UDITO DANNEGGIATO. Lentamente l’udito cominciò a tornare nei giorni successivi, ma era distorto e Sarmast sentiva uno strano fracasso nella testa. «Probabilmente il suono era una combinazione dei frammenti di proiettile che mi si erano conficcati nella testa e dell’esplosione stessa». Per curarsi tornò in Australia, ma anche dopo l’operazione il suo udito rimase danneggiato: «Era come se per 24 su 24, sette giorni su sette, dentro le mie orecchie suonasse un’orchestra stonata. Questo mi disturbava molto e mi demoralizzava».
Dopo alcuni mesi, riuscì di nuovo a distinguere le note alte da quelle basse. E ad aprile, nonostante tutto quello che aveva passato, Sarmast ha deciso di tornare in Afghanistan, lasciando in Australia la sua famiglia. «L’educazione musicale è una forza molto potente, ma è più un “soft power”», afferma spiegando perché ha preso questa decisione rischiosa. «Io vedo nella mia orchestra», dove ragazzi e ragazze siedono fianco a fianco, «l’Afghanistan di domani. Un paese che abbraccia la diversità e crea opportunità uguali per tutti.

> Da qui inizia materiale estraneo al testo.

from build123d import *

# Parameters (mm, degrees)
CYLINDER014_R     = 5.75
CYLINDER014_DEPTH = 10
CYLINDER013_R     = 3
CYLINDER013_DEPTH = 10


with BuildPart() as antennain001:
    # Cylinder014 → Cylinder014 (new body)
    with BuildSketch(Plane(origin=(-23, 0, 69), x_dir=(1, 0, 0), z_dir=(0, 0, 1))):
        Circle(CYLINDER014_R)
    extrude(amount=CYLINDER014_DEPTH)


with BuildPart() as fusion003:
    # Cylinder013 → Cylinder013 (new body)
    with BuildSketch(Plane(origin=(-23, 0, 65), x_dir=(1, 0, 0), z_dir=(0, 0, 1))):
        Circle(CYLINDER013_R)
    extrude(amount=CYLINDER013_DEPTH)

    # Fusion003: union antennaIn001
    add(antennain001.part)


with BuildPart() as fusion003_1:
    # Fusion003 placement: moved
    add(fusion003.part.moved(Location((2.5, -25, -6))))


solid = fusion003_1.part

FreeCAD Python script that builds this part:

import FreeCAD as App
import Part
import Sketcher

V = App.Vector

doc = App.newDocument("Part")
body = doc.addObject("PartDesign::Body", "Body")

sketch1 = body.newObject("Sketcher::SketchObject", "Sketch")
sketch1.AttachmentSupport = (doc.getObject("XY_Plane"), [""])
sketch1.MapMode = "FlatFace"
sketch1.AttachmentOffset = App.Placement(V(0, 0, 69), App.Rotation())
sketch1.addGeometry(Part.Circle(V(-23, 0, 0), V(0, 0, 1), 5.75), False)
sketch1.addConstraint([
    Sketcher.Constraint("PointOnObject", 0, 3, -1),
    Sketcher.Constraint("Diameter", 0, 11.5),
    Sketcher.Constraint("DistanceX", 0, 3, -1, 1, 23.0),
])
pad1 = body.newObject("PartDesign::Pad", "Pad")
pad1.Profile = sketch1
pad1.Length = 10
body2 = doc.addObject("PartDesign::Body", "Body001")

sketch2 = body2.newObject("Sketcher::SketchObject", "Sketch001")
sketch2.AttachmentSupport = (doc.getObject("XY_Plane001"), [""])
sketch2.MapMode = "FlatFace"
sketch2.AttachmentOffset = App.Placement(V(0, 0, 65), App.Rotation())
sketch2.addGeometry(Part.Circle(V(-23, 0, 0), V(0, 0, 1), 3), False)
sketch2.addConstraint([
    Sketcher.Constraint("PointOnObject", 0, 3, -1),
    Sketcher.Constraint("Diameter", 0, 6.0),
    Sketcher.Constraint("DistanceX", 0, 3, -1, 1, 23.0),
])
pad2 = body2.newObject("PartDesign::Pad", "Pad001")
pad2.Profile = sketch2
pad2.Length = 10
doc.recompute()

boolean = body2.newObject("PartDesign::Boolean", "Boolean")
boolean.Type = "Fuse"
boolean.addObjects([body])
body3 = doc.addObject("PartDesign::Body", "Body002")
doc.recompute()

body2.Placement = App.Placement(V(2.5, -25, -6), App.Rotation(V(0, 0, 1), 0))
boolean2 = body3.newObject("PartDesign::Boolean", "Boolean001")
boolean2.Type = "Fuse"
boolean2.addObjects([body2])

doc.recompute()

Uno stupendo mosaico delle etnie afghane. Se non fossi tornato, la mia facoltà e i miei studenti si sarebbero demoralizzati».

«DISSACRA L’ISLAM». Sarmast è stato attaccato dai talebani perché la sua musica «dissacra i valori islamici e fa propaganda contro il jihad», hanno dichiarato in un comunicato. Ma per il professore di musica «i nemici dell’Afghanistan hanno sbagliato perché ci hanno resi più convinti, decisi e impegnati. Ora sappiamo che il lavoro che abbiamo fatti li ha danneggiati».
Ora Sarmast ha deciso di costruire dietro l’istituto di musica una nuova sala concerti, con tanto di dormitorio per le ragazze e una stanza all’entrata per i guardiani contro eventuali attentati. «Educazione e informazione sono fondamentali. La libertà di espressione aiuterà anche i talebani ad aprire le loro menti. Vedranno che quello che facciamo qui non è una minaccia».